Exercise brief:
In the entries below, find the line with "v 1.25 -3 0" and print exactly every line from there up to and including the line with "v 1.25 17.631 17.304", with no other lines.

#### Records to process ####

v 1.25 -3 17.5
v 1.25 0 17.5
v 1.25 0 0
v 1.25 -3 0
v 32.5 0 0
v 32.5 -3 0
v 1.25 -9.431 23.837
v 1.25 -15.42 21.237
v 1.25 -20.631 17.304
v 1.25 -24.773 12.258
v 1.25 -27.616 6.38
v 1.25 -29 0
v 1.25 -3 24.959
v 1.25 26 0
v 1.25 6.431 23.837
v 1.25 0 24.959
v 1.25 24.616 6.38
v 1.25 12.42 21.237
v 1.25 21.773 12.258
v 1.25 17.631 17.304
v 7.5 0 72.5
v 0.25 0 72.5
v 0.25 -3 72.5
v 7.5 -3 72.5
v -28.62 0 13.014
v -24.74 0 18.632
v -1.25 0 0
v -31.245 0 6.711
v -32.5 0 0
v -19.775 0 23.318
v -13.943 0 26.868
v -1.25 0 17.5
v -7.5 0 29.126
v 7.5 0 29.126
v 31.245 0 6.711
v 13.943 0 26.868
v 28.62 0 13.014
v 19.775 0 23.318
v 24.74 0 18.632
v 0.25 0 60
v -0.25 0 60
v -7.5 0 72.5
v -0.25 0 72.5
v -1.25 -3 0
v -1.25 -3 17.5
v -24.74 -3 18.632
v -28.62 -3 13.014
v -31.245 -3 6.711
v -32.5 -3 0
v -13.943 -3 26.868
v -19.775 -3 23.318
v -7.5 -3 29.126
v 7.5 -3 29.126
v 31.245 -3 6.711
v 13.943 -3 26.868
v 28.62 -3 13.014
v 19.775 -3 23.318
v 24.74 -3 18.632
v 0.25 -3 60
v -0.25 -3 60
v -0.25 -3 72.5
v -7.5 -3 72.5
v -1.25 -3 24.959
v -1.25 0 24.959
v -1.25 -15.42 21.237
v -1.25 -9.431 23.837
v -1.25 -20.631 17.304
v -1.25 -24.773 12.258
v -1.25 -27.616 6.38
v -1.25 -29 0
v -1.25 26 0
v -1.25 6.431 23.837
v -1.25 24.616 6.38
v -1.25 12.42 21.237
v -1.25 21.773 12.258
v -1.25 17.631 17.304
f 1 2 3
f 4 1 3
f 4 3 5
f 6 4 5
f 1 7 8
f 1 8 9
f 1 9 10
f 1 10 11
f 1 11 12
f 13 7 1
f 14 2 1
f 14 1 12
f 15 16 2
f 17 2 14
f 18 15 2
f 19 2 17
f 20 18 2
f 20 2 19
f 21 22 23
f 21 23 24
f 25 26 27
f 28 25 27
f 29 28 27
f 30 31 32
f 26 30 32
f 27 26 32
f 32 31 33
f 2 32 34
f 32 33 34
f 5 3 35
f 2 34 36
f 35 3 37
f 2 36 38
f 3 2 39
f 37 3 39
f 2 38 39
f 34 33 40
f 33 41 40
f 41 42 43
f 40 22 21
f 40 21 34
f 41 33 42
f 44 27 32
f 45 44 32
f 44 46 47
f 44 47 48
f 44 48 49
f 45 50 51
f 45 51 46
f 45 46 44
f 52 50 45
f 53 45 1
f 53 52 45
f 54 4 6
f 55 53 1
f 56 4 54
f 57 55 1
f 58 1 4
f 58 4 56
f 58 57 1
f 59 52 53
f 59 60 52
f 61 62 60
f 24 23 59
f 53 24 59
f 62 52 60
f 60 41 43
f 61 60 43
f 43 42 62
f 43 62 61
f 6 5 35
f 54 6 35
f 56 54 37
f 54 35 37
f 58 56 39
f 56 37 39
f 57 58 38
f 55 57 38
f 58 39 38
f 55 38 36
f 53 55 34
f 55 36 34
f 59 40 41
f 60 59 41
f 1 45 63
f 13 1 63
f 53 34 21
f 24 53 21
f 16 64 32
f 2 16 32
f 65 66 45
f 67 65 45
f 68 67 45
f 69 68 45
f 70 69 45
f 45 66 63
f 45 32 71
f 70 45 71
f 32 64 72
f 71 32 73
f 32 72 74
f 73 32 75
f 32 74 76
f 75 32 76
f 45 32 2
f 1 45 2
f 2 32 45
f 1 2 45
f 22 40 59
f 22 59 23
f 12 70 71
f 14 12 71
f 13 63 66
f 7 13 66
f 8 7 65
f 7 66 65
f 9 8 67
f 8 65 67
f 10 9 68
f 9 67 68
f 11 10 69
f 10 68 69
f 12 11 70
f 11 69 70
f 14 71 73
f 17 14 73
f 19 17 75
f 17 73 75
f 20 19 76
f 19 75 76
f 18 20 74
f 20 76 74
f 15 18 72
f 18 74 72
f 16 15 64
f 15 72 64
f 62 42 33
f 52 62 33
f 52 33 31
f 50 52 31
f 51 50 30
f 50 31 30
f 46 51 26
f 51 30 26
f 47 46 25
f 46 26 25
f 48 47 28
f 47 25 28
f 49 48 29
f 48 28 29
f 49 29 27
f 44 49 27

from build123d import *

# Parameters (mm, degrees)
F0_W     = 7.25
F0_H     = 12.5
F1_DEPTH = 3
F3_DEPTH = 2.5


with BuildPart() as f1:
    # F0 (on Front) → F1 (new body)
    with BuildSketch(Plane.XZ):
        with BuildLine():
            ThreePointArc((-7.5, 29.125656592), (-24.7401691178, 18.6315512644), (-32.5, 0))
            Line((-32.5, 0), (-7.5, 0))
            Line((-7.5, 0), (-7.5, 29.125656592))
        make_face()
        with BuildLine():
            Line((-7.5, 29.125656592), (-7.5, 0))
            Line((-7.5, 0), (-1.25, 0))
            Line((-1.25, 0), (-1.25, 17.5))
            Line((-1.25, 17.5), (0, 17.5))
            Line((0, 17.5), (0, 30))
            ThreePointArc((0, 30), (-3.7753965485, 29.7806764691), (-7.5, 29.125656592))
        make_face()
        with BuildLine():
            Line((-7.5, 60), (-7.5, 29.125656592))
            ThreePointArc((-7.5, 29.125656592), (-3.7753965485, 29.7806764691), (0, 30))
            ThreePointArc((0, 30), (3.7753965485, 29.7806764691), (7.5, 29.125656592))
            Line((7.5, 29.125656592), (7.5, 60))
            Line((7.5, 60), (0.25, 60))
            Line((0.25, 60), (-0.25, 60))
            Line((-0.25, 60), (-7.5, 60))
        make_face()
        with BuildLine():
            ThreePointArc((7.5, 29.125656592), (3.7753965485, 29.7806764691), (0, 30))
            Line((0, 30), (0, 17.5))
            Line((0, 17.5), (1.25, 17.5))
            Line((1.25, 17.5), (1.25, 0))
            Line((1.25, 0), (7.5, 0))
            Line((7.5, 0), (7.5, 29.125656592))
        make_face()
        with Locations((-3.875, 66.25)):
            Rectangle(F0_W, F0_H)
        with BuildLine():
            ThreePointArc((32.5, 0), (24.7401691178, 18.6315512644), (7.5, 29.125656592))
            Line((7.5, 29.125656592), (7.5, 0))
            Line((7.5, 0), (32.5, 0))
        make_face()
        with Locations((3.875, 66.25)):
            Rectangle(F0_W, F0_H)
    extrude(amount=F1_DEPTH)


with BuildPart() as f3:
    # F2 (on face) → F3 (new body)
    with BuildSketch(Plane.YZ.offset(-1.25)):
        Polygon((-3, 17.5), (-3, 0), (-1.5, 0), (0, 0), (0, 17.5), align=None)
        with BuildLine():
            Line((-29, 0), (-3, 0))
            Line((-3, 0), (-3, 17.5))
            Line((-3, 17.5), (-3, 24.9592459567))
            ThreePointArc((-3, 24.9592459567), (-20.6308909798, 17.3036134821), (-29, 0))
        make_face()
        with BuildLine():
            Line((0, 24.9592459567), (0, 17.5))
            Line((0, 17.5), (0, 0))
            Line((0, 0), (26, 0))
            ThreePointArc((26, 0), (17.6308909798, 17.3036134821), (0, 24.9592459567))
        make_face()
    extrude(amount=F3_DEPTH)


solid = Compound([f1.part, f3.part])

####

Solution:
v 1.25 -3 0
v 32.5 0 0
v 32.5 -3 0
v 1.25 -9.431 23.837
v 1.25 -15.42 21.237
v 1.25 -20.631 17.304
v 1.25 -24.773 12.258
v 1.25 -27.616 6.38
v 1.25 -29 0
v 1.25 -3 24.959
v 1.25 26 0
v 1.25 6.431 23.837
v 1.25 0 24.959
v 1.25 24.616 6.38
v 1.25 12.42 21.237
v 1.25 21.773 12.258
v 1.25 17.631 17.304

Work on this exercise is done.